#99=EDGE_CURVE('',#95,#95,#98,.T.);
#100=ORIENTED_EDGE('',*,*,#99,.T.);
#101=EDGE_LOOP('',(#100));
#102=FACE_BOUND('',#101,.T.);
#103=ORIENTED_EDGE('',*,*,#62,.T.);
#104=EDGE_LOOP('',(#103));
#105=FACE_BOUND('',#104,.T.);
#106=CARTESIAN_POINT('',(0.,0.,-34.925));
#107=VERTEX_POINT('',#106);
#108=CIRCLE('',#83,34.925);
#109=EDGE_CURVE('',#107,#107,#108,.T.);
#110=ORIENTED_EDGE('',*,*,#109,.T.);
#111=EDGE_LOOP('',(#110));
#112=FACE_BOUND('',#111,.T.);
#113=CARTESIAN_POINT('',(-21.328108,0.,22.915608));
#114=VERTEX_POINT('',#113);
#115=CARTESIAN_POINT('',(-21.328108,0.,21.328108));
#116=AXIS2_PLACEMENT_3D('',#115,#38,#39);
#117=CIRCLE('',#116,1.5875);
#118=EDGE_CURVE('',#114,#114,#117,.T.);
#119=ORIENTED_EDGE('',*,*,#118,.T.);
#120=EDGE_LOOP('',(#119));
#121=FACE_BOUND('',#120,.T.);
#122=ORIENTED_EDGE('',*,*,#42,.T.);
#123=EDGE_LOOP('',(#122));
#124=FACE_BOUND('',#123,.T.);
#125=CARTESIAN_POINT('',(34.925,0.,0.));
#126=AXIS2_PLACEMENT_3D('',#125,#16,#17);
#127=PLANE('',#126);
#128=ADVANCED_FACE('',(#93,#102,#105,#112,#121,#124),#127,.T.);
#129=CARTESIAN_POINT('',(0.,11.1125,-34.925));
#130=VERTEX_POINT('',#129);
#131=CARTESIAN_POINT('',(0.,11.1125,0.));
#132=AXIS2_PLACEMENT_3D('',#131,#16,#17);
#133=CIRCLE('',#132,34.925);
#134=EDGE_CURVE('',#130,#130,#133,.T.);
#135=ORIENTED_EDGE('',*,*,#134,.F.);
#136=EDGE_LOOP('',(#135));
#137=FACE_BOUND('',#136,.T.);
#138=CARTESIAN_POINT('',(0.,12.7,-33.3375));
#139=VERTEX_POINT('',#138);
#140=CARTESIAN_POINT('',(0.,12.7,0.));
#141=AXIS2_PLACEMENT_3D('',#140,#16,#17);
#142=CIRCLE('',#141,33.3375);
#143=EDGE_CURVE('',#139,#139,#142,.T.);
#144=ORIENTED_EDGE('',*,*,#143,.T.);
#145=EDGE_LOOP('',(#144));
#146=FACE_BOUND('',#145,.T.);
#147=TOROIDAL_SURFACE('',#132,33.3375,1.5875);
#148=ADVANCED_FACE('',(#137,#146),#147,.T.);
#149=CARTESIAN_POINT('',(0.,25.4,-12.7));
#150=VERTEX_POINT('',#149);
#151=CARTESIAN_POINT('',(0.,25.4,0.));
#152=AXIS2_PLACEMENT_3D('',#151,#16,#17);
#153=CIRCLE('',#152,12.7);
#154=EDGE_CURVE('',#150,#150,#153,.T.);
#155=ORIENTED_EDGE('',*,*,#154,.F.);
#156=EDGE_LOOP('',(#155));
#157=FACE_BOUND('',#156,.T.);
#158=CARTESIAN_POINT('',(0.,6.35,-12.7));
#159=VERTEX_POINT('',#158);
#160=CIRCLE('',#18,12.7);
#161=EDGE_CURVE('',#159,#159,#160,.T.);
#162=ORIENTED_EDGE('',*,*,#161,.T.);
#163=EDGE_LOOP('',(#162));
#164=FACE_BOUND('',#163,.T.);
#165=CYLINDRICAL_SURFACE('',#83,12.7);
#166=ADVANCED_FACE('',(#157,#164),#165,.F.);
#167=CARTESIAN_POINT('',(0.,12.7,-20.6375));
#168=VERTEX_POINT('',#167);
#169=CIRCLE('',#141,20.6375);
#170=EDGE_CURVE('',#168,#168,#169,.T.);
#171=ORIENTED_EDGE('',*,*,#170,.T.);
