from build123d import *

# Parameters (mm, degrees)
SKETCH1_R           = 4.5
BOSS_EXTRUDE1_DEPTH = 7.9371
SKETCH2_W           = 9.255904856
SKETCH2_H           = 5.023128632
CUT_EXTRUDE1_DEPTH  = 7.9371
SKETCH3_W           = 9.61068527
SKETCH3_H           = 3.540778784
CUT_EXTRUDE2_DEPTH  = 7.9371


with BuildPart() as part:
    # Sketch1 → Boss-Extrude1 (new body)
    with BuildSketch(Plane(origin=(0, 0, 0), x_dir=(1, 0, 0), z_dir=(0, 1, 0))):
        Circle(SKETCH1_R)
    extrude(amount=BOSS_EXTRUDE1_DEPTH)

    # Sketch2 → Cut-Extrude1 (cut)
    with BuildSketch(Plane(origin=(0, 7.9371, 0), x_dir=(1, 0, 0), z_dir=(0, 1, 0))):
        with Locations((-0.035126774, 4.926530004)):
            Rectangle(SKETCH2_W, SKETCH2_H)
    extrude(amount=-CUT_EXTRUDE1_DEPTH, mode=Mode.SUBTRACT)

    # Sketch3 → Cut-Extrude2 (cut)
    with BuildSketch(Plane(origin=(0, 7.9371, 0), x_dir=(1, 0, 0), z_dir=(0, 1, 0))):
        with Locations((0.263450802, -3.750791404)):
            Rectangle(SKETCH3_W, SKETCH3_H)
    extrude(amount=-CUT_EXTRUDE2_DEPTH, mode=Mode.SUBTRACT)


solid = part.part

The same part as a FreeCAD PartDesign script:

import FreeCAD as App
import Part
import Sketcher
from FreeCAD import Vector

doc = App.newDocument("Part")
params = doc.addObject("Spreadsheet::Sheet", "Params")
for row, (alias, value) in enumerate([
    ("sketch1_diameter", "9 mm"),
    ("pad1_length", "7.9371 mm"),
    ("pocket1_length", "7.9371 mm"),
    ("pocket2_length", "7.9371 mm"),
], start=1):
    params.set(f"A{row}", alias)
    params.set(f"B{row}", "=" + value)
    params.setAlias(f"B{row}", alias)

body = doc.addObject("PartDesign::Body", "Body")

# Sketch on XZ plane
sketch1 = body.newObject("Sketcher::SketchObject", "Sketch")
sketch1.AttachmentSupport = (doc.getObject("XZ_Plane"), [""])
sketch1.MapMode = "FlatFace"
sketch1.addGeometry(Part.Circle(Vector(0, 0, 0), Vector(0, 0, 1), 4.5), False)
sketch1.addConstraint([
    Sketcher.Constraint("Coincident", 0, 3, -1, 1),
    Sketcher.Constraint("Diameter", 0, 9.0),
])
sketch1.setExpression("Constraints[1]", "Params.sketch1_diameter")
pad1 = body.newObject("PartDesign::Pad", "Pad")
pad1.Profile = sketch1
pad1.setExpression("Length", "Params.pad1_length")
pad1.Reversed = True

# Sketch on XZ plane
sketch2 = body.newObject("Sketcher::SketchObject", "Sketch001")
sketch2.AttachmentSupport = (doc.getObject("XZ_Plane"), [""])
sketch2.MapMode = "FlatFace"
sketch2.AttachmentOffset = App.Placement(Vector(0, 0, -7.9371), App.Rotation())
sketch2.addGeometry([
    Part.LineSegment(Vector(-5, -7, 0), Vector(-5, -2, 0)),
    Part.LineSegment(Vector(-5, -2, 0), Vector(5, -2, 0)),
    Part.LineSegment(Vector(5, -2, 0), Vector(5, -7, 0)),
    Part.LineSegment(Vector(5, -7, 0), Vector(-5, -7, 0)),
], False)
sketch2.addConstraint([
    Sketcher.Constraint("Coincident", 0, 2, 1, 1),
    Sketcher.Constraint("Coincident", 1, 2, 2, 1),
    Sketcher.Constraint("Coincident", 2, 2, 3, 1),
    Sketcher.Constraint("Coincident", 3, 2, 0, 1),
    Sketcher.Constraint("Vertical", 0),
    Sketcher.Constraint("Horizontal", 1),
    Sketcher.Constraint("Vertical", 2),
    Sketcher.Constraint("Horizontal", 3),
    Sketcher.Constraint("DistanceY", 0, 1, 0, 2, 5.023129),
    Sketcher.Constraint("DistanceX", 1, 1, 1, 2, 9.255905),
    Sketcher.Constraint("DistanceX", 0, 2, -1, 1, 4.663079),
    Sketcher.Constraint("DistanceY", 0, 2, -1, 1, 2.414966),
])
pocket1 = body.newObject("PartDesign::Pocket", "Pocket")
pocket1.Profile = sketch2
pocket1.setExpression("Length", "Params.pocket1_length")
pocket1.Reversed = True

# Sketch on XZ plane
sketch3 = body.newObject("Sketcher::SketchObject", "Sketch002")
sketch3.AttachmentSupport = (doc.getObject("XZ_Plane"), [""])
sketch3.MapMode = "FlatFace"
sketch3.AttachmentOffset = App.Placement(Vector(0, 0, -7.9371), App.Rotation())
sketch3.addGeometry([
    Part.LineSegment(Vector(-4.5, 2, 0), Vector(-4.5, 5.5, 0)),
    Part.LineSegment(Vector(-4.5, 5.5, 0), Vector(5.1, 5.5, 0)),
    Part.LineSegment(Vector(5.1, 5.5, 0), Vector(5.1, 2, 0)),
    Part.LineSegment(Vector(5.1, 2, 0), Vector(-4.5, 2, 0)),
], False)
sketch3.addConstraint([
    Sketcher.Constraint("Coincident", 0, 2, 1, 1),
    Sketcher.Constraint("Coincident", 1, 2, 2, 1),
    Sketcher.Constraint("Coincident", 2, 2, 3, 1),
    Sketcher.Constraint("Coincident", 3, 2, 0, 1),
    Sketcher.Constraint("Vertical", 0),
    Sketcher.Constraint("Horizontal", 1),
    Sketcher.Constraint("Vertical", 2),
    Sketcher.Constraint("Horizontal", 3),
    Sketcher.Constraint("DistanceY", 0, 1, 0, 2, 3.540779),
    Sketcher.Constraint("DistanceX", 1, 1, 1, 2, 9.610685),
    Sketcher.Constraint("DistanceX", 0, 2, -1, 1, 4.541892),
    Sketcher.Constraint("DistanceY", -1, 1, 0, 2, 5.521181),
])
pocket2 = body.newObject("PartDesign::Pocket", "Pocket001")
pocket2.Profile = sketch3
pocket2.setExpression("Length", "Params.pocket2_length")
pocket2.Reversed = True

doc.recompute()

▸ **What you need to do**:
Once you reach the line with "Rectangle(SKETCH3_W, SKETCH3_H)" in the data above, copy it and every line after it exactly, up to and including the line with "The same part".

▸ **Output for this task**:
            Rectangle(SKETCH3_W, SKETCH3_H)
    extrude(amount=-CUT_EXTRUDE2_DEPTH, mode=Mode.SUBTRACT)


solid = part.part

The same part as a FreeCAD PartDesign script:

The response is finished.